A plot of node and edge counts for a range of threshold values is provided. It should be noted that the distribution of correlation values is dataset specific and one must be aware of those node and edge counts, correlation graphs are potentially massive! Given the dataset specific nature of a correlation, it is therefore necessary to select the Minimum and Initial thresholds for graph construction.
The Minimum Threshold describes the lowest correlation value that will be used to construct a graph. This corresponds to the minimum edge weight. While Graphia calculates a full all vs. all correlation it only saves a subset the calculations as when the input files are large, the number of correlations calculated can be massive. Not only will this potentially exhaust system resources, weak correlations are generally not interesting. The default minimum threshold of 0.7 is good for many applications. For datasets consisting of weakly correlated entities you may wish to lower this value and vice versa for strongly correlated datasets.
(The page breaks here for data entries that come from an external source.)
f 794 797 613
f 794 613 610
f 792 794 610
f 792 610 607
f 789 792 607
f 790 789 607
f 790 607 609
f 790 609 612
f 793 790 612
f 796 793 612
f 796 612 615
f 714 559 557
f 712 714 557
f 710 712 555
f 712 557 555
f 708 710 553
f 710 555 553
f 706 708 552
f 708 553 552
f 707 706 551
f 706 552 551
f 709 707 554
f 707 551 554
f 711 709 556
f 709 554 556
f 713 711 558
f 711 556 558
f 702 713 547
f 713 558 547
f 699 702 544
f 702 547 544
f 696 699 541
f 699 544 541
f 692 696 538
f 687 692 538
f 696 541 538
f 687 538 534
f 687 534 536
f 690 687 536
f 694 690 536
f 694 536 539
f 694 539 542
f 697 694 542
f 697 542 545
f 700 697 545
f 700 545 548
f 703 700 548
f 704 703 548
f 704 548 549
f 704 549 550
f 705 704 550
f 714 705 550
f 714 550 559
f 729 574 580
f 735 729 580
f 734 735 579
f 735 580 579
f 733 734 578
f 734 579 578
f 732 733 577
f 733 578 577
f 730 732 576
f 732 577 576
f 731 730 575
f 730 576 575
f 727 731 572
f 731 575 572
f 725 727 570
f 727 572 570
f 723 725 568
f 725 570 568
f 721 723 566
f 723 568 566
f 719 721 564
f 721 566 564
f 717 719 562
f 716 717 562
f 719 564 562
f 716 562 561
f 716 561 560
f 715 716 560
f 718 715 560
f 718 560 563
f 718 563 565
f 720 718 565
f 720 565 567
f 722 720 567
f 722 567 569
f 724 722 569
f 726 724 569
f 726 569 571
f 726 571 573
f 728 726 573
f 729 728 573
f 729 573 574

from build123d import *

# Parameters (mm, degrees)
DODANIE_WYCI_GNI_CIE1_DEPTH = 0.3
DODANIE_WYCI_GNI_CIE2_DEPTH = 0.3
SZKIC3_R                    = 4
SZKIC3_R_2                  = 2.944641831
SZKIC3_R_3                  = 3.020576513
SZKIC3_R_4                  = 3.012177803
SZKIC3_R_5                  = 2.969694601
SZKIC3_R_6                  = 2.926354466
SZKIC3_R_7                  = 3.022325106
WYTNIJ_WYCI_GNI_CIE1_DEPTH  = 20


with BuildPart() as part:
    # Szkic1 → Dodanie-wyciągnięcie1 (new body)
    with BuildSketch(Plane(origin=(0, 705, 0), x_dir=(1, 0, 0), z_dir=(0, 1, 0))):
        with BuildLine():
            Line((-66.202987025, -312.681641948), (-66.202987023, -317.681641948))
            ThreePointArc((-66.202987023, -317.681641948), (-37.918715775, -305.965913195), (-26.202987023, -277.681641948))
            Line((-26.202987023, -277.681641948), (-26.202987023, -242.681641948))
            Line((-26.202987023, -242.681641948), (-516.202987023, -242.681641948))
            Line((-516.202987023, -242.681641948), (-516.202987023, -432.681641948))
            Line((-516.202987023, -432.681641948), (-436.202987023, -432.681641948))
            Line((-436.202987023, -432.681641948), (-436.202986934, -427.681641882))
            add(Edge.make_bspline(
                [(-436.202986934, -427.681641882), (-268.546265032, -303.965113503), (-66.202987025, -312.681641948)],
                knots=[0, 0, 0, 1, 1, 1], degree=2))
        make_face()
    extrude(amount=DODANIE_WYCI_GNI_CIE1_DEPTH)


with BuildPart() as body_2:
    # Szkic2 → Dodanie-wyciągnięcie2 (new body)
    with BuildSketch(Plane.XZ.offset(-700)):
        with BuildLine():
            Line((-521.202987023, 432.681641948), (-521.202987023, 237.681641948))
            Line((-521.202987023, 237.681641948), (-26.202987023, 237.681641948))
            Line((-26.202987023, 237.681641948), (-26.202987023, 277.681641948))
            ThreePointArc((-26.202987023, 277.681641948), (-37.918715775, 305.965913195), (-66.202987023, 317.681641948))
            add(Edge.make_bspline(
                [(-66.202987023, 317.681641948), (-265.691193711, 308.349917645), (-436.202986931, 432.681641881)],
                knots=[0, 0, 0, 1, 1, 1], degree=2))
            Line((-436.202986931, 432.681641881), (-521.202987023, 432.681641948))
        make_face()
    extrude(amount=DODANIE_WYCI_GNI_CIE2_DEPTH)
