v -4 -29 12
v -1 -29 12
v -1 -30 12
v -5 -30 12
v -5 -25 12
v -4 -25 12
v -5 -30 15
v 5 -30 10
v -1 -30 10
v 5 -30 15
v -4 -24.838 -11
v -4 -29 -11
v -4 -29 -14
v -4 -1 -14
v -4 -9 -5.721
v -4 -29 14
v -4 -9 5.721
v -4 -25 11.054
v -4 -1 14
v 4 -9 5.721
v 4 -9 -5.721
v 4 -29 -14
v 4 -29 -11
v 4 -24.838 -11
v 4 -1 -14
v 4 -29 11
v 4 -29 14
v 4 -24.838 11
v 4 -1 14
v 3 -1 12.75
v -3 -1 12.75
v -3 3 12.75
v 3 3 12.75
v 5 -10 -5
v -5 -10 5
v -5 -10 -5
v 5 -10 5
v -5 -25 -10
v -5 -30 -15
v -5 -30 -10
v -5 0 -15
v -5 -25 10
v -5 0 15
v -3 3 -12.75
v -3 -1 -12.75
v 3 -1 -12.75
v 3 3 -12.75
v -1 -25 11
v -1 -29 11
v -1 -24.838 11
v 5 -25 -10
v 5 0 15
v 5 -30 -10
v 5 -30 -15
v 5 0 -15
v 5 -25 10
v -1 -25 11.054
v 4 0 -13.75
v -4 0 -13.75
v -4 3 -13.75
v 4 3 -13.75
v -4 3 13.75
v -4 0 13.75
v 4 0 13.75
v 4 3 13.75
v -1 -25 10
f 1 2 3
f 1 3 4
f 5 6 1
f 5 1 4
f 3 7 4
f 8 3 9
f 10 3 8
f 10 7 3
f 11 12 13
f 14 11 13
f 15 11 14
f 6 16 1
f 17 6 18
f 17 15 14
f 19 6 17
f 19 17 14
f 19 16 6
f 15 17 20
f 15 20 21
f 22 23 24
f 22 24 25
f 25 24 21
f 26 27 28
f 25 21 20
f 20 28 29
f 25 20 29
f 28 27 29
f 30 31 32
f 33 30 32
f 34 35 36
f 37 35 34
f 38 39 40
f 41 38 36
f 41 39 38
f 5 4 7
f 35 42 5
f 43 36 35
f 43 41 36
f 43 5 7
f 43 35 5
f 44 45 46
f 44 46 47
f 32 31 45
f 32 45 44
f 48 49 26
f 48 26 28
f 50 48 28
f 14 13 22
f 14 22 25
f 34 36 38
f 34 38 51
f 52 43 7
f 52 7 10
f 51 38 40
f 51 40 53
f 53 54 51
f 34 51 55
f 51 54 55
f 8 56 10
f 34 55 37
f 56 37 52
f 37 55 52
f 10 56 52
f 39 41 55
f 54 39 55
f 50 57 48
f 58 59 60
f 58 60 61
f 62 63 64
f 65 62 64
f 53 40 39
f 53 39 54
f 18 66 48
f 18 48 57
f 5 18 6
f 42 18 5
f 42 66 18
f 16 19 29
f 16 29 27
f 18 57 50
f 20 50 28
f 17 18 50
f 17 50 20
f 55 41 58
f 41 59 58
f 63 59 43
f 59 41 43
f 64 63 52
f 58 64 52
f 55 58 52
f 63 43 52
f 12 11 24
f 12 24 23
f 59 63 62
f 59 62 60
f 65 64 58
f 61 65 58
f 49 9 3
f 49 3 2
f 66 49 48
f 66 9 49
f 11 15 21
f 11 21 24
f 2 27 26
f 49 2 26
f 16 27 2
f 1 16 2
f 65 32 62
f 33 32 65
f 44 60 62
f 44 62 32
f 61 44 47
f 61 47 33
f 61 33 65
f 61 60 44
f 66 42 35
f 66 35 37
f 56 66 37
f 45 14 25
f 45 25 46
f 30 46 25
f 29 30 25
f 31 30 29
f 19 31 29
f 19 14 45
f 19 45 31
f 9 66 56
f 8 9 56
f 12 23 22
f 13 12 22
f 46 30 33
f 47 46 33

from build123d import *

# Parameters (mm, degrees)
SKETCH1_W           = 8
SKETCH1_H           = 27.5
BOSS_EXTRUDE1_DEPTH = 3
SKETCH2_W           = 10
SKETCH2_H           = 30
BOSS_EXTRUDE2_DEPTH = 10
SKETCH4_W           = 10
SKETCH4_H           = 5
BOSS_EXTRUDE3_DEPTH = 20
CHAMFER2_SIZE       = 5
CHAMFER2_SIZE2      = 15
SKETCH7_W           = 4
SKETCH7_H           = 5
CUT_EXTRUDE2_DEPTH  = 2
SHELL1_START        = -4
SHELL1_DEPTH        = 8
SHELL1_START_2      = -3
SHELL1_2_OUTLINE_W  = 4
SHELL1_2_OUTLINE_H  = 25.5
SHELL1_2_DEPTH      = 6
SHELL1_START_3      = -1
SHELL1_3_DEPTH      = 5


# Read off the part's stored shape, not the designer's step: Shell1
with BuildPart() as part:
    # Sketch1 → Boss-Extrude1 (new body)
    with BuildSketch(Plane(origin=(0, 0, 0), x_dir=(1, 0, 0), z_dir=(0, 1, 0))):
        Rectangle(SKETCH1_W, SKETCH1_H)
    extrude(amount=BOSS_EXTRUDE1_DEPTH)

    # Sketch2 → Boss-Extrude2 (add)
    with BuildSketch(Plane.XZ):
        Rectangle(SKETCH2_W, SKETCH2_H)
    extrude(amount=BOSS_EXTRUDE2_DEPTH)

    # Sketch4 → Boss-Extrude3 (add)
    with BuildSketch(Plane.XZ.offset(10)):
        with Locations((0, 12.5)):
            Rectangle(SKETCH4_W, SKETCH4_H)
        with Locations((0, -12.5)):
            Rectangle(SKETCH4_W, SKETCH4_H)
    extrude(amount=BOSS_EXTRUDE3_DEPTH)

    # Chamfer2
    chamfer2_edges = [part.edges().sort_by_distance(p)[0] for p in [
        (0, -10, 10),
        (0, -10, -10),
    ]]
    chamfer2_side = [part.faces().sort_by_distance(p)[0] for p in [
        (0, -10, 0),
    ]]
    chamfer(chamfer2_edges, length=CHAMFER2_SIZE, length2=CHAMFER2_SIZE2, reference=chamfer2_side[0])

    # Sketch7 → Cut-Extrude2 (cut)
    with BuildSketch(Plane(origin=(0, 0, 10), x_dir=(-1, 0, 0), z_dir=(0, 0, -1))):
        with Locations((3, -27.5)):
            Rectangle(SKETCH7_W, SKETCH7_H)
    extrude(amount=-CUT_EXTRUDE2_DEPTH, mode=Mode.SUBTRACT)

    # Shell1 outline → Shell1 (cut)
    with BuildSketch(Plane.YZ.offset(SHELL1_START)):
        Polygon((-9, 5.72075922), (-9, -5.72075922), (-24.83772234, -11), (-29, -11), (-29, -14), (-1, -14), (-1, 14), (-29, 14), (-29, 11), (-25, 11), (-25, 11.054092553), align=None)
    extrude(amount=SHELL1_DEPTH, mode=Mode.SUBTRACT)

    # Shell1 2 outline → Shell1 2 (cut)
    with BuildSketch(Plane.YZ.offset(SHELL1_START_2)):
        with Locations((1, 0)):
            Rectangle(SHELL1_2_OUTLINE_W, SHELL1_2_OUTLINE_H)
    extrude(amount=SHELL1_2_DEPTH, mode=Mode.SUBTRACT)

    # Shell1 3 outline → Shell1 3 (cut)
    with BuildSketch(Plane.YZ.offset(SHELL1_START_3)):
        Polygon((-25, 11), (-24.83772234, 11), (-25, 11.054092553), align=None)
    extrude(amount=SHELL1_3_DEPTH, mode=Mode.SUBTRACT)


solid = part.part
The Initial Threshold is used to set the minimum edge weight threshold used for graph assembly. For example, using an initial threshold of 0.85 means entity pairs with a correlation score of 0.85 or above will be connected by an edge, while any relationship below 0.85 correlation will not. The Initial Threshold can be changed after the graph is generated. Clicking and dragging the dotted line will adjust the Initial threshold, or the value can be changed by entering it directly. With Initial Threshold, a good starting point is to select a value near to the “knee” of the plot; where the number of nodes begins to decrease more rapidly. Generally, the aim is to plot the maximum number of nodes connected by a minimum number of edges.
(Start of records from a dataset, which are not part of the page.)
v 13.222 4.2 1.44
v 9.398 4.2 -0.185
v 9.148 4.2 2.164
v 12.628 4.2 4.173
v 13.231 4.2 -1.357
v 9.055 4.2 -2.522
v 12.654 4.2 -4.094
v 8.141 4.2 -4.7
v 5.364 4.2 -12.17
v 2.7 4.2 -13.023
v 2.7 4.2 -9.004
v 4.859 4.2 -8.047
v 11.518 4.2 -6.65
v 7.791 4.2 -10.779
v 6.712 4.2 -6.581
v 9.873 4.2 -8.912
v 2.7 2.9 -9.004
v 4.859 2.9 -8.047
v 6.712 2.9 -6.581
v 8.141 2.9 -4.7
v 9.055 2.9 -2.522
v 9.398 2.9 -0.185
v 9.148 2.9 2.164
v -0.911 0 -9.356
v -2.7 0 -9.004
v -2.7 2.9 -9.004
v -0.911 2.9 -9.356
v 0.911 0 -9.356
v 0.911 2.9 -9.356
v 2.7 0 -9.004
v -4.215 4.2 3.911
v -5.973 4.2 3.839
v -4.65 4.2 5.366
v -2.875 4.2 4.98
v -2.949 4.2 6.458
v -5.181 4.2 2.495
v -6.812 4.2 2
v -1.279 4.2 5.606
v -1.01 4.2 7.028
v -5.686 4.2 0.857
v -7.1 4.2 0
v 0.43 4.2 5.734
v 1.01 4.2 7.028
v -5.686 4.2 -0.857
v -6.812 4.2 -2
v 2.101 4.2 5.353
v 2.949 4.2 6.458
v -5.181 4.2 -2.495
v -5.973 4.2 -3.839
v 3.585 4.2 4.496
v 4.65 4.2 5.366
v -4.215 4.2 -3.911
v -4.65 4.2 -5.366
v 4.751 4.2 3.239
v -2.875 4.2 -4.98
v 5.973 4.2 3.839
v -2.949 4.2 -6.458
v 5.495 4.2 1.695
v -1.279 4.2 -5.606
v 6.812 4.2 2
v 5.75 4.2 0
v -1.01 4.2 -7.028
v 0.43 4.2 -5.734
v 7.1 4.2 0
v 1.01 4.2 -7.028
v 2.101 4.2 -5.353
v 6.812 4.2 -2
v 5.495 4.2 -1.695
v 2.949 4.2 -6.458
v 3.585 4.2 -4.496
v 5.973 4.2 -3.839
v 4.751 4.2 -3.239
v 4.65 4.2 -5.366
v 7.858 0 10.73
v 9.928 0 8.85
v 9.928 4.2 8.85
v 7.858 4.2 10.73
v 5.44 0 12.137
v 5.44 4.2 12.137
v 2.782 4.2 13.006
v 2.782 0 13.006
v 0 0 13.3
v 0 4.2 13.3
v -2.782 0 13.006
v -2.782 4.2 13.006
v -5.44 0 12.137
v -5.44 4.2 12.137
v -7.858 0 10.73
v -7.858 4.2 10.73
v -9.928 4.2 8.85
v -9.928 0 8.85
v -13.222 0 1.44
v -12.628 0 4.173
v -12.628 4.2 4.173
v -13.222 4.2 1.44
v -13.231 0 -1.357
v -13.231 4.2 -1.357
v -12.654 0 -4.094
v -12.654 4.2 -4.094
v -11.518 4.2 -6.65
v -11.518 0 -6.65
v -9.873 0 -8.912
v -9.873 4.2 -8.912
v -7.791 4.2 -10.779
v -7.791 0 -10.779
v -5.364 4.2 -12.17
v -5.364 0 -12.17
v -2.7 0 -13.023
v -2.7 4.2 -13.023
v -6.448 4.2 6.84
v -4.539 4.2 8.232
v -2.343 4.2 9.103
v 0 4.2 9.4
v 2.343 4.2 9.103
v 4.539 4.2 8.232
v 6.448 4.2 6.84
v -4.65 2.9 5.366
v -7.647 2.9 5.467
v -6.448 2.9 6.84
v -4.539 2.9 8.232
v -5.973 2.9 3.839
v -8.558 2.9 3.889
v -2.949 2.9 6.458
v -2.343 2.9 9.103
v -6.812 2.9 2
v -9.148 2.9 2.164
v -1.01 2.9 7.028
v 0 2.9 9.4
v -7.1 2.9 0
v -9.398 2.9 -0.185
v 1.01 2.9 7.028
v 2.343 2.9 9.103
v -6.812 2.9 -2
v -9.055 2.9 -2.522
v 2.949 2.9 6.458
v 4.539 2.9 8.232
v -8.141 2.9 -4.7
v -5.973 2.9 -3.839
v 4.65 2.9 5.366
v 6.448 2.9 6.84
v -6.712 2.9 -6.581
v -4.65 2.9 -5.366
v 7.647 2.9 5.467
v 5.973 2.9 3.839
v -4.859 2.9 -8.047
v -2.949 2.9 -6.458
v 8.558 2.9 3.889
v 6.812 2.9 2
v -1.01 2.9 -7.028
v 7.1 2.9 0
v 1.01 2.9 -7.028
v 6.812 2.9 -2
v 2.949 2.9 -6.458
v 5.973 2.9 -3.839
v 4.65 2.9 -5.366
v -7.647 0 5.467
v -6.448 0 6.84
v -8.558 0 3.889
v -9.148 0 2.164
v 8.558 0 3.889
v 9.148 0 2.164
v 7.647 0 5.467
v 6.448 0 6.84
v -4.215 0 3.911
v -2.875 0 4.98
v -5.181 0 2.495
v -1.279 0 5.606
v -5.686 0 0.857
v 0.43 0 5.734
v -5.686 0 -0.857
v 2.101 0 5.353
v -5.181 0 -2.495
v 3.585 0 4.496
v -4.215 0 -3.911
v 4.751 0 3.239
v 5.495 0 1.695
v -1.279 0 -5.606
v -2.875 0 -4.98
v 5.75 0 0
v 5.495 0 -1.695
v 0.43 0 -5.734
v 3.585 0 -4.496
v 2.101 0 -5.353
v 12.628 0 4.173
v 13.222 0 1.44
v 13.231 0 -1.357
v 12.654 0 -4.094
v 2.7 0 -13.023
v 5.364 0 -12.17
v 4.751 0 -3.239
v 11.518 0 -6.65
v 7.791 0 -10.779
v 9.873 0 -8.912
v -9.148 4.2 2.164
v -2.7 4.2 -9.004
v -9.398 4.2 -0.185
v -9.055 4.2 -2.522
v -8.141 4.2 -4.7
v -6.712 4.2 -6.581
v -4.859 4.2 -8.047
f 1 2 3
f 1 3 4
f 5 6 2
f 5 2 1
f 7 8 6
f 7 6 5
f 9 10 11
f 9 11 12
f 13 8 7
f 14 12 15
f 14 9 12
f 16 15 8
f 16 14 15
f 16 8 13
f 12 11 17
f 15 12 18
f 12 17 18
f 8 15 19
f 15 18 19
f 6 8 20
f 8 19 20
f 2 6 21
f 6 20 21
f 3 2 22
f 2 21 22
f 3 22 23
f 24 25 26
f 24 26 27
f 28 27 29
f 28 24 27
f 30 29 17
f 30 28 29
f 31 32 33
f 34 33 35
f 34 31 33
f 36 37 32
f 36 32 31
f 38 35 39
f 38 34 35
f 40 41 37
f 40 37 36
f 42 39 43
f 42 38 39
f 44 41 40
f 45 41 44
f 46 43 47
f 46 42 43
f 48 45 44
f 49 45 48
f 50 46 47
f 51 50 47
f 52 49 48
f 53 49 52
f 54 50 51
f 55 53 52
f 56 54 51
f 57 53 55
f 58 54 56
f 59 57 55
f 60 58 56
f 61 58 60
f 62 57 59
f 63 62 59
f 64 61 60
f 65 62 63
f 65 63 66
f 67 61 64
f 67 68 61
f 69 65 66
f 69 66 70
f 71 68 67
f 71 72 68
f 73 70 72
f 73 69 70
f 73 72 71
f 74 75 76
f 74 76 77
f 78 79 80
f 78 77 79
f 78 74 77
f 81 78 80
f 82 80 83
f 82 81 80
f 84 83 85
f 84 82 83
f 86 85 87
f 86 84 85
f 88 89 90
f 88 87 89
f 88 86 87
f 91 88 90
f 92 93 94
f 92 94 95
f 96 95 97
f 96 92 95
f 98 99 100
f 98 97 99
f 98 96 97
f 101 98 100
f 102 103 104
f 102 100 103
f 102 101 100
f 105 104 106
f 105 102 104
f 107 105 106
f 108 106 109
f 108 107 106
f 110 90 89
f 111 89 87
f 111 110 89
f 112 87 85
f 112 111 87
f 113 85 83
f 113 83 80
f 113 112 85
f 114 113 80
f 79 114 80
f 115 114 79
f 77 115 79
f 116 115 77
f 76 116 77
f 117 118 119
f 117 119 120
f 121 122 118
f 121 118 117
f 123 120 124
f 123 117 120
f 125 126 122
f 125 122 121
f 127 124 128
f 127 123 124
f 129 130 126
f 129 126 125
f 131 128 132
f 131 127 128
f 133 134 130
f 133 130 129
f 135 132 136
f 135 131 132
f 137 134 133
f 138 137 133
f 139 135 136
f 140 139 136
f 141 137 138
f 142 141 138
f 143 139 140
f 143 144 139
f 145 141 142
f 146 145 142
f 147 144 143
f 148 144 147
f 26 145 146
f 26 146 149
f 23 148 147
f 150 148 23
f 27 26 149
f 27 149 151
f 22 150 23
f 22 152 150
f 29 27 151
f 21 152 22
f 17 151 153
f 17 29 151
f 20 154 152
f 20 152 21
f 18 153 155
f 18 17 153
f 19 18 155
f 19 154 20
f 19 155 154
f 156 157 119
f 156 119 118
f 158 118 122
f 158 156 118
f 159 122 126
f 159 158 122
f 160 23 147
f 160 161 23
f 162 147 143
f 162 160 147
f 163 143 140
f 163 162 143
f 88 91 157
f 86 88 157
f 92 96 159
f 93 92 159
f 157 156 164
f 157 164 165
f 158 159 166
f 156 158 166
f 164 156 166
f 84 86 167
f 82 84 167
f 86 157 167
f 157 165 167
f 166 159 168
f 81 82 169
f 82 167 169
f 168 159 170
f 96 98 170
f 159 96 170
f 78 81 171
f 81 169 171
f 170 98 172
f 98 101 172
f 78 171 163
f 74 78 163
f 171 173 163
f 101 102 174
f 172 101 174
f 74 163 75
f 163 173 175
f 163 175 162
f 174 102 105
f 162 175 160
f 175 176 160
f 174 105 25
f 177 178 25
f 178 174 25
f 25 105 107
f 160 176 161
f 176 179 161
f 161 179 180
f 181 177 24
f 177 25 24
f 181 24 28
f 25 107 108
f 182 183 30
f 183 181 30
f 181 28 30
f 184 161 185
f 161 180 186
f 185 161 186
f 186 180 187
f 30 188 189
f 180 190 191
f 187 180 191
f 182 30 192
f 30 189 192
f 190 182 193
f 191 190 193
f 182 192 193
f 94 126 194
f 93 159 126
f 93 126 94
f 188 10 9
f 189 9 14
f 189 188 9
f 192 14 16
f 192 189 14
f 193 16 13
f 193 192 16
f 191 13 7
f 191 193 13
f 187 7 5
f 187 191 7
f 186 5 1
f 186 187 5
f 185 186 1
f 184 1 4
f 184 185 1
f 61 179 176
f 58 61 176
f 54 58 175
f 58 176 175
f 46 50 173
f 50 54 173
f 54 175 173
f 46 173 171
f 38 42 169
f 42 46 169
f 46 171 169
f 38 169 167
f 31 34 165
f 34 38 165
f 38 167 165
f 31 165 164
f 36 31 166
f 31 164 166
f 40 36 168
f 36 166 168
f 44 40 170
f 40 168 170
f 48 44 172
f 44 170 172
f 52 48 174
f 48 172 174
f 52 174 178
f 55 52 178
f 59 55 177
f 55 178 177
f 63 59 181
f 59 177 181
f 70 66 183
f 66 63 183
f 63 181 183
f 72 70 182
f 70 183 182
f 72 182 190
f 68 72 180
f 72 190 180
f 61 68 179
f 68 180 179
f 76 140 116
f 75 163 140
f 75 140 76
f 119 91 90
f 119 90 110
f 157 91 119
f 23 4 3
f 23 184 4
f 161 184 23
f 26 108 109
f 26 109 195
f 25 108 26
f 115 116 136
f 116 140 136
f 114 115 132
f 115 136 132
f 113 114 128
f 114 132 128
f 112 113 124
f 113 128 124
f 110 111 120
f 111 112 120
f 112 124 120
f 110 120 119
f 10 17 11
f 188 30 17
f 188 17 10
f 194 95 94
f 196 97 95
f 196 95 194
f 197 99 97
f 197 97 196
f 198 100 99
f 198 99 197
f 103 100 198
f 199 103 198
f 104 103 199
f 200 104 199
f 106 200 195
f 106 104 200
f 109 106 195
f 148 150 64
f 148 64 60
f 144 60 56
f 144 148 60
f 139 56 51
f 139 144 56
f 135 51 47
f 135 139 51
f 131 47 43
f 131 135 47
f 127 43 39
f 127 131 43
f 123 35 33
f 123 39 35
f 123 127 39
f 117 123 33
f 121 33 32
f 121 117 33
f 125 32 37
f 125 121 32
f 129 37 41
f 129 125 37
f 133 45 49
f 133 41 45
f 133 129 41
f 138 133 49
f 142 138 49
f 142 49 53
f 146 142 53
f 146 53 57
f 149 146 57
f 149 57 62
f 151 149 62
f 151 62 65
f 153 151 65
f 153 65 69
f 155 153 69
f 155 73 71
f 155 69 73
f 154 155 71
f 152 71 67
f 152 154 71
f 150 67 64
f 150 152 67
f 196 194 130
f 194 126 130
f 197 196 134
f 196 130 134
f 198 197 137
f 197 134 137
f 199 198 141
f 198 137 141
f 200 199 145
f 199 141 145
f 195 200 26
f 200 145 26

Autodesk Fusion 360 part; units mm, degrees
sketch "Esboço1" plane through (0, 0, 0) normal (0, 1, 0) x (1, 0, 0)
  circle A0 centre (0, 0) radius 13.3
  circle A1 centre (0, 0) radius 9.4
  circle A2 centre (0, 0) radius 7.1
  circle A3 centre (0, 0) radius 5.75
  line L0 (-2.7, 13.0231) -> (-2.7, 9.0039)
  line L1 (2.7, 9.0039) -> (2.7, 13.0231)
  line L2 (0, 0) -> (0, 16.7513) construction
  line L3 (-9.9283, -8.8498) -> (-6.4476, -6.8402)
  line L4 (-9.1476, -2.1637) -> (-12.6283, -4.1733)
  line L5 (12.6283, -4.1733) -> (9.1476, -2.1637)
  line L6 (6.4476, -6.8402) -> (9.9283, -8.8498)
  dimension "d1" = 11.5
  dimension "d2" = 14.2
  dimension "d3" = 18.8
  dimension "d4" = 26.6
  dimension "d5" = 5.4
  dimension "d6" = 2.7
  dimension "d8" = 360
extrude "Extrusão1" add sketch "Esboço1" along normal blind 4.2 contours A0 A1 L1 L5 | A0 A1 L0 L4 | A0 A1 L3 L6 | A2 makes body 1 at (12.9632, 2.8, 2.9742) makes body 2 at (7.0647, 1.4, 0.7069) makes body 3 at (6.551, 2.8, 11.5747) makes body 4 at (-12.8098, 2.8, 3.5776)
extrude "Extrusão2" add sketch "Esboço1" along normal blind 2.9 contours A1 bodies 1 2 3 4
For most applications, the Pearson correlation coefficient is recommend for graphs being constructed based on all correlations above a defined threshold, however other correlation measures are available. Additionally it’s possible to build graphs of negative correlations or both negative and positive correlations, and otherwise manipulate the data being loaded. These options are available by selecting the Advanced checkbox.
- Polarity: whether to compute anti-correlations.
- Imputation (only displayed when needed): allows the replacement of missing values in the dataset (empty cells) with a constant or interpolated value.
- Scaling: scales the values within the data frame, this is useful if you use logarithmic or exponential data.
- Normalisation: allows the adjustment of distributions of data within the data frame. Min/Max normalisation is particularly useful if the columns of data use different units.
The final pages of the wizard include Initial Transforms, which as its name suggests allows the creation of commonly used transforms in the context of correlation analysis. These transforms can be adjusted later; allowing for creation here is only provided as a convenience. After this page a summary is presented, that documents the parameters that will be used to create the graph. This can be accessed later by going to the Tools menu and choosing Show Provenance Log….
Please note, should your selected settings for graph construction result in a large graph, the following message will be displayed:
‘WARNING: This is a very large graph which has the potential to exhaust system resources and lead to instability or freezes. Increasing the Minimum Correlation Value will usually reduce the graph size.’
Ignore this warning at your peril!
Clicking Finish begins the computation of the graph using the selecting settings. Clicking Confirm at any point when using the wizard will skip to the Summary page using the current settings.